TASK REQUIREMENTS: In the records that follow, the lines from the one containing "#103=EDGE_LOOP('',(#89,#96,#101,#102));" to the one containing "#109=LINE('',#107,#43);", inclusive, are to be given again exactly.

MATERIAL FOR THIS EXERCISE:
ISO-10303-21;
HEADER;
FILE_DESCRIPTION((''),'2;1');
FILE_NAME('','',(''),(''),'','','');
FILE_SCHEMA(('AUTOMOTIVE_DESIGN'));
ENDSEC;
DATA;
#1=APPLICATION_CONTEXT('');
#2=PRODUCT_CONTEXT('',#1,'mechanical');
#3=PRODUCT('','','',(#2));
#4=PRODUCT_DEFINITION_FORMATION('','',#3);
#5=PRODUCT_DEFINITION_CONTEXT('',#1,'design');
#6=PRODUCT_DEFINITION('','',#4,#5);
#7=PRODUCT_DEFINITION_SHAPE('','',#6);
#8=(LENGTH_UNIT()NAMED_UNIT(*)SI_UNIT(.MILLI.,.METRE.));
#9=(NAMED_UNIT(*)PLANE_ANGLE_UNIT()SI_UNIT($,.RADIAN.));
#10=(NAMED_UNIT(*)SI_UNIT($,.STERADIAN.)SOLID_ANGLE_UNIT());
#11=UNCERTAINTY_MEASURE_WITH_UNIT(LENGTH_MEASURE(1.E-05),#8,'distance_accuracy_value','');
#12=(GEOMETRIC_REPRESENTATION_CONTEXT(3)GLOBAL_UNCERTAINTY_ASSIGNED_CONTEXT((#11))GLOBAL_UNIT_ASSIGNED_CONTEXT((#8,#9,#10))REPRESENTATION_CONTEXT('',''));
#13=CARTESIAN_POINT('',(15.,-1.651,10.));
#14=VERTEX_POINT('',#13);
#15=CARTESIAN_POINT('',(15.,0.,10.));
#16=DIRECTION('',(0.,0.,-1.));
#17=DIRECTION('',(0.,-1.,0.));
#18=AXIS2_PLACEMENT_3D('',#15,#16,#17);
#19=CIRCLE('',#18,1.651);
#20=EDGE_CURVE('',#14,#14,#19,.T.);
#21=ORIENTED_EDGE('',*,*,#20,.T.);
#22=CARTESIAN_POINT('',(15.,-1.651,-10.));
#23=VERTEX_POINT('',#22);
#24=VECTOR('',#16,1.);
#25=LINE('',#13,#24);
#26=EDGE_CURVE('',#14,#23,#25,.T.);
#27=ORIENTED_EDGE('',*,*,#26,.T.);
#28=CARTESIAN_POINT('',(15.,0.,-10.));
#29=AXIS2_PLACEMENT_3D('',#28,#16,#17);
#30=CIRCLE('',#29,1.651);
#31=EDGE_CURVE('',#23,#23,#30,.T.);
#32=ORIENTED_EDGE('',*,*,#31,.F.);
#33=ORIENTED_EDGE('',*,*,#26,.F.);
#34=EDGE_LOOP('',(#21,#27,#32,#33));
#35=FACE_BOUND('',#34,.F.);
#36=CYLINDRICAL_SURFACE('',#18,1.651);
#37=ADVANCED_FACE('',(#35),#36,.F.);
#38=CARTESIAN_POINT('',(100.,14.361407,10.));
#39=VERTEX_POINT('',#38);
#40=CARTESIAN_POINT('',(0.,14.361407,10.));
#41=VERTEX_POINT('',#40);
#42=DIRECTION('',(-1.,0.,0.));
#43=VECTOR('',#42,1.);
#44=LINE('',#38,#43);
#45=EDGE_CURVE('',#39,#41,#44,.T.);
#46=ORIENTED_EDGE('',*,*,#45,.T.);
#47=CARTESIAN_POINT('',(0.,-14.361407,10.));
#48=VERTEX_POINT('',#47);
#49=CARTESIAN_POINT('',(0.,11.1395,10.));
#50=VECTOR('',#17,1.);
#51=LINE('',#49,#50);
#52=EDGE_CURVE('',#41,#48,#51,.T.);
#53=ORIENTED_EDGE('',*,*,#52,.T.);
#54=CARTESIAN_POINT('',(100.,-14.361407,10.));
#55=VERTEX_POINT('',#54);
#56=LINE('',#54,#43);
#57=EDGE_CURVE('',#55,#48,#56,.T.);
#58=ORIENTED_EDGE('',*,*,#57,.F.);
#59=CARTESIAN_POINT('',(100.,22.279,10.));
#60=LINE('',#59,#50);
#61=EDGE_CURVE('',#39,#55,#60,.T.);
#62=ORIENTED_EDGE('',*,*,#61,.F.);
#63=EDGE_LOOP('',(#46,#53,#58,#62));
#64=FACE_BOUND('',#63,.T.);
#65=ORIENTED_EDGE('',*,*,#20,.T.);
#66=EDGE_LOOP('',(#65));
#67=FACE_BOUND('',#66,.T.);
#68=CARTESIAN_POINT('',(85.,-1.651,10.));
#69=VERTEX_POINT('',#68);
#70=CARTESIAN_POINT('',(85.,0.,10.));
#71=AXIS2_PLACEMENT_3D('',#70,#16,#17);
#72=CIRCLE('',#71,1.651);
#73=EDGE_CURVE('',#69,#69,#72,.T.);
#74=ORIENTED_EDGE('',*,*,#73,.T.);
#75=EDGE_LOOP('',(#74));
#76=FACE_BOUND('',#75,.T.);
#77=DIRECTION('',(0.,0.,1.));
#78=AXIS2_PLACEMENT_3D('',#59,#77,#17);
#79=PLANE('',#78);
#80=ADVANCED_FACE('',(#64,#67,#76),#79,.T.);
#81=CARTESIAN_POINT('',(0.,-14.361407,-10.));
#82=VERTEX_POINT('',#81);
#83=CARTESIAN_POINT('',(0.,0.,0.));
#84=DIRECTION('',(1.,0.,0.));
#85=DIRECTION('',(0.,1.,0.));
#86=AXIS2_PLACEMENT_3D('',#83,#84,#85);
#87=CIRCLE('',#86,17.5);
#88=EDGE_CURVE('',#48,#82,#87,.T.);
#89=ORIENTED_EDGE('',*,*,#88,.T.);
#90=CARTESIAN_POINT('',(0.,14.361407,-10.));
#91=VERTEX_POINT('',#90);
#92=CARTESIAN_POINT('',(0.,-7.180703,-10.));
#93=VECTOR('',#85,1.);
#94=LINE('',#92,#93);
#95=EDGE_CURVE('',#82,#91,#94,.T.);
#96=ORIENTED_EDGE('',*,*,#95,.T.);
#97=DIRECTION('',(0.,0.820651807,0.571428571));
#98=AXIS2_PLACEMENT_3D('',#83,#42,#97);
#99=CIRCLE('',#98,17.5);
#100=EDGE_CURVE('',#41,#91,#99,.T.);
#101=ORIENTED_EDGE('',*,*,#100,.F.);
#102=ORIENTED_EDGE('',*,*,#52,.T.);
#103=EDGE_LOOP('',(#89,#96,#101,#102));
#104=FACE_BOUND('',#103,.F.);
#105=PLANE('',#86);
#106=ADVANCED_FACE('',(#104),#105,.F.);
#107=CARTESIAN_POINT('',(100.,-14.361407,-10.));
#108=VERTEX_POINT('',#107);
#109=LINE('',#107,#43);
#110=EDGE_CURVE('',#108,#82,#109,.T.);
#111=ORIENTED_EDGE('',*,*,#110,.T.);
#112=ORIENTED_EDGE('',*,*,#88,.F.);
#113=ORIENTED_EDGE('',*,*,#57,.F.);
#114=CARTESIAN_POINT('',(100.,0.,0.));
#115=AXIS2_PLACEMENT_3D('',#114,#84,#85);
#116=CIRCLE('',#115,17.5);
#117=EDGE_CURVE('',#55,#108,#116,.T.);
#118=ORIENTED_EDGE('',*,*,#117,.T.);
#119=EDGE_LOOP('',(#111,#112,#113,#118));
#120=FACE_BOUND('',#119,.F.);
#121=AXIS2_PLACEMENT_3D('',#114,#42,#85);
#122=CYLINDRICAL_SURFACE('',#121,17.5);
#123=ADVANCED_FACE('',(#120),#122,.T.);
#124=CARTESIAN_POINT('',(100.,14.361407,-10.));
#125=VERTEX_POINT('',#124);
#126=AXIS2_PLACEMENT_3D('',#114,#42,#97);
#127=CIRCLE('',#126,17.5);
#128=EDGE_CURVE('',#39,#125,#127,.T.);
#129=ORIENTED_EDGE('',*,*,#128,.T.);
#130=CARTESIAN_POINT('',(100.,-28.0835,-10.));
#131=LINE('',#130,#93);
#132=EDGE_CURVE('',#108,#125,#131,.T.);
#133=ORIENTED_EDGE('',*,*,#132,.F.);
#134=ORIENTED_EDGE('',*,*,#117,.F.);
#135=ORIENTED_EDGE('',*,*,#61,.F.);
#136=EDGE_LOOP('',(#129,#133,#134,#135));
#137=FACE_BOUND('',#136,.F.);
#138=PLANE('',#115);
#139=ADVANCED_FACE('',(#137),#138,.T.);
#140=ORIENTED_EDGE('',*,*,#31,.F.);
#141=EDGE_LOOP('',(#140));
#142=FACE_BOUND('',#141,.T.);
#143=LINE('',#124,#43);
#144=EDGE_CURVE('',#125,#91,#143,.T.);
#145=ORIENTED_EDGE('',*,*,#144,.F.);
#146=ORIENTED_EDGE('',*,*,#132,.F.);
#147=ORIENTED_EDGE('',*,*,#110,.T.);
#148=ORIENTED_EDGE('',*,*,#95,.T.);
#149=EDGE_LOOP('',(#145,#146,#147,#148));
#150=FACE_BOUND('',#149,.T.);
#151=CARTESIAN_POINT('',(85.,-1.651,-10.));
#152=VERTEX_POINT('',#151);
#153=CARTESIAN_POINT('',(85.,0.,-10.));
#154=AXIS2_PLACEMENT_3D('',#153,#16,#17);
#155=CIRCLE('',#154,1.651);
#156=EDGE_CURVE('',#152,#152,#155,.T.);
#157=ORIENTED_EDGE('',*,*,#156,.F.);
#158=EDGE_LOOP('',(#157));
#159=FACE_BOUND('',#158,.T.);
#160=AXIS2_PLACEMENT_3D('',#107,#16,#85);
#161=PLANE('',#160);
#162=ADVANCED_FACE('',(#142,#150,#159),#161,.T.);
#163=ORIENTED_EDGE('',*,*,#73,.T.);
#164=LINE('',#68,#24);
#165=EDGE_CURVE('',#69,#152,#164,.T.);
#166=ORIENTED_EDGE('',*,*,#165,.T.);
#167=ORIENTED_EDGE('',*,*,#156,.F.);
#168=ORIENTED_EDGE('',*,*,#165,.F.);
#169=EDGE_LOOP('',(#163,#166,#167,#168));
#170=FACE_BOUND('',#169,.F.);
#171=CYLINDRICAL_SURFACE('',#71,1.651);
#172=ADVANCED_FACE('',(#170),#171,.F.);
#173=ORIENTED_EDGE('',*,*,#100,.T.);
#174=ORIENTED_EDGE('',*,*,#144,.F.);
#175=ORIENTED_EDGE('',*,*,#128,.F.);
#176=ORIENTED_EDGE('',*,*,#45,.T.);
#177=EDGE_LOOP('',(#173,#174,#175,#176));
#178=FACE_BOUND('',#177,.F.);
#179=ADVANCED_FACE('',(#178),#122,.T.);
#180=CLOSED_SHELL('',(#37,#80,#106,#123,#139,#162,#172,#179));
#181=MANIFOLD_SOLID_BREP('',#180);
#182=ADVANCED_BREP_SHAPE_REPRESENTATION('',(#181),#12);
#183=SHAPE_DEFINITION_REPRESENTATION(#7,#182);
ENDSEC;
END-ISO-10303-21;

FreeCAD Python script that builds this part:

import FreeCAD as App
import Part
import Sketcher
from FreeCAD import Vector
Q = App.Units.Quantity

doc = App.newDocument("Part")
body = doc.addObject("PartDesign::Body", "Body")

# Sketch on XY plane
sketch1 = body.newObject("Sketcher::SketchObject", "Sketch")
sketch1.AttachmentSupport = (doc.getObject("XY_Plane"), [""])
sketch1.MapMode = "FlatFace"
sketch1.addGeometry(Part.LineSegment(Vector(0, 18, 0), Vector(0, 0, 0)), False)
sketch1.addGeometry(Part.LineSegment(Vector(0, 0, 0), Vector(100, 0, 0)), False)
sketch1.addGeometry(Part.LineSegment(Vector(100, 0, 0), Vector(100, 18, 0)), False)
sketch1.addGeometry(Part.LineSegment(Vector(100, 18, 0), Vector(0, 18, 0)), False)
sketch1.addConstraint(Sketcher.Constraint("Coincident", 0, 2, 1, 1))
sketch1.addConstraint(Sketcher.Constraint("Coincident", 1, 2, 2, 1))
sketch1.addConstraint(Sketcher.Constraint("Coincident", 2, 2, 3, 1))
sketch1.addConstraint(Sketcher.Constraint("Coincident", 3, 2, 0, 1))
sketch1.addConstraint(Sketcher.Constraint("Vertical", 0))
sketch1.addConstraint(Sketcher.Constraint("Horizontal", 1))
sketch1.addConstraint(Sketcher.Constraint("Vertical", 2))
sketch1.addConstraint(Sketcher.Constraint("Horizontal", 3))
sketch1.addConstraint(Sketcher.Constraint("Coincident", 0, 2, -1, 1))
sketch1.addConstraint(Sketcher.Constraint("DistanceX", 1, 1, 1, 2, Q("100 mm")))
sketch1.addConstraint(Sketcher.Constraint("DistanceY", 0, 2, 0, 1, Q("17.5 mm")))
revolution = body.newObject("PartDesign::Revolution", "Revolution")
revolution.Profile = sketch1
revolution.ReferenceAxis = (sketch1, ["H_Axis"])
revolution.Angle = 360

# Sketch on YZ plane
sketch2 = body.newObject("Sketcher::SketchObject", "Sketch001")
sketch2.AttachmentSupport = (doc.getObject("YZ_Plane"), [""])
sketch2.MapMode = "FlatFace"
sketch2.AttachmentOffset = App.Placement(Vector(0, 0, 100), App.Rotation())
sketch2.addGeometry(Part.LineSegment(Vector(22, 10, 0), Vector(22, 23, 0)), False)
sketch2.addGeometry(Part.LineSegment(Vector(22, 23, 0), Vector(-22, 23, 0)), False)
sketch2.addGeometry(Part.LineSegment(Vector(-22, 23, 0), Vector(-22, 10, 0)), False)
sketch2.addGeometry(Part.LineSegment(Vector(-22, 10, 0), Vector(22, 10, 0)), False)
sketch2.addGeometry(Part.LineSegment(Vector(-28, -10, 0), Vector(-28, -22, 0)), False)
sketch2.addGeometry(Part.LineSegment(Vector(-28, -22, 0), Vector(22, -22, 0)), False)
sketch2.addGeometry(Part.LineSegment(Vector(22, -22, 0), Vector(22, -10, 0)), False)
sketch2.addGeometry(Part.LineSegment(Vector(22, -10, 0), Vector(-28, -10, 0)), False)
sketch2.addConstraint(Sketcher.Constraint("Coincident", 0, 2, 1, 1))
sketch2.addConstraint(Sketcher.Constraint("Coincident", 1, 2, 2, 1))
sketch2.addConstraint(Sketcher.Constraint("Coincident", 2, 2, 3, 1))
sketch2.addConstraint(Sketcher.Constraint("Coincident", 3, 2, 0, 1))
sketch2.addConstraint(Sketcher.Constraint("Coincident", 4, 2, 5, 1))
sketch2.addConstraint(Sketcher.Constraint("Coincident", 5, 2, 6, 1))
sketch2.addConstraint(Sketcher.Constraint("Coincident", 6, 2, 7, 1))
sketch2.addConstraint(Sketcher.Constraint("Coincident", 7, 2, 4, 1))
sketch2.addConstraint(Sketcher.Constraint("Vertical", 0))
sketch2.addConstraint(Sketcher.Constraint("Horizontal", 1))
sketch2.addConstraint(Sketcher.Constraint("Vertical", 2))
sketch2.addConstraint(Sketcher.Constraint("Horizontal", 3))
sketch2.addConstraint(Sketcher.Constraint("Vertical", 4))
sketch2.addConstraint(Sketcher.Constraint("Horizontal", 5))
sketch2.addConstraint(Sketcher.Constraint("Vertical", 6))
sketch2.addConstraint(Sketcher.Constraint("Horizontal", 7))
sketch2.addConstraint(Sketcher.Constraint("Symmetric", 2, 2, 6, 2, -1, 1))
sketch2.addConstraint(Sketcher.Constraint("Vertical", 3, 2, 5, 2))
sketch2.addConstraint(Sketcher.Constraint("DistanceY", -1, 1, 2, 2, Q("10 mm")))
sketch2.addConstraint(Sketcher.Constraint("DistanceX", 1, 2, 1, 1, Q("44.558 mm")))
sketch2.addConstraint(Sketcher.Constraint("DistanceY", 4, 2, 4, 1, Q("12.168 mm")))
sketch2.addConstraint(Sketcher.Constraint("DistanceX", 5, 1, 5, 2, Q("50.3625 mm")))
sketch2.addConstraint(Sketcher.Constraint("DistanceY", 0, 1, 0, 2, Q("12.6333 mm")))
pocket1 = body.newObject("PartDesign::Pocket", "Pocket")
pocket1.Profile = sketch2
pocket1.Type = "ThroughAll"

# Sketch on XY plane
sketch3 = body.newObject("Sketcher::SketchObject", "Sketch002")
sketch3.AttachmentSupport = (doc.getObject("XY_Plane"), [""])
sketch3.MapMode = "FlatFace"
sketch3.AttachmentOffset = App.Placement(Vector(0, 0, 10), App.Rotation())
sketch3.addGeometry(Part.Circle(Vector(15, 0, 0), Vector(0, 0, 1), 1.7), False)
sketch3.addGeometry(Part.Circle(Vector(85, 0, 0), Vector(0, 0, 1), 1.7), False)
sketch3.addConstraint(Sketcher.Constraint("Equal", 0, 1))
sketch3.addConstraint(Sketcher.Constraint("PointOnObject", 0, 3, -1))
sketch3.addConstraint(Sketcher.Constraint("PointOnObject", 1, 3, -1))
sketch3.addConstraint(Sketcher.Constraint("Diameter", 0, Q("3.302 mm")))
sketch3.addConstraint(Sketcher.Constraint("DistanceX", -1, 1, 0, 3, Q("15 mm")))
sketch3.addConstraint(Sketcher.Constraint("DistanceX", -1, 1, 1, 3, Q("85 mm")))
doc.recompute()
hole = body.newObject("PartDesign::Hole", "Hole")
hole.Profile = sketch3
hole.ThreadType = "None"
hole.Diameter = 3.302
hole.DepthType = "ThroughAll"

doc.recompute()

SOLUTION FOR THIS PROBLEM:
#103=EDGE_LOOP('',(#89,#96,#101,#102));
#104=FACE_BOUND('',#103,.F.);
#105=PLANE('',#86);
#106=ADVANCED_FACE('',(#104),#105,.F.);
#107=CARTESIAN_POINT('',(100.,-14.361407,-10.));
#108=VERTEX_POINT('',#107);
#109=LINE('',#107,#43);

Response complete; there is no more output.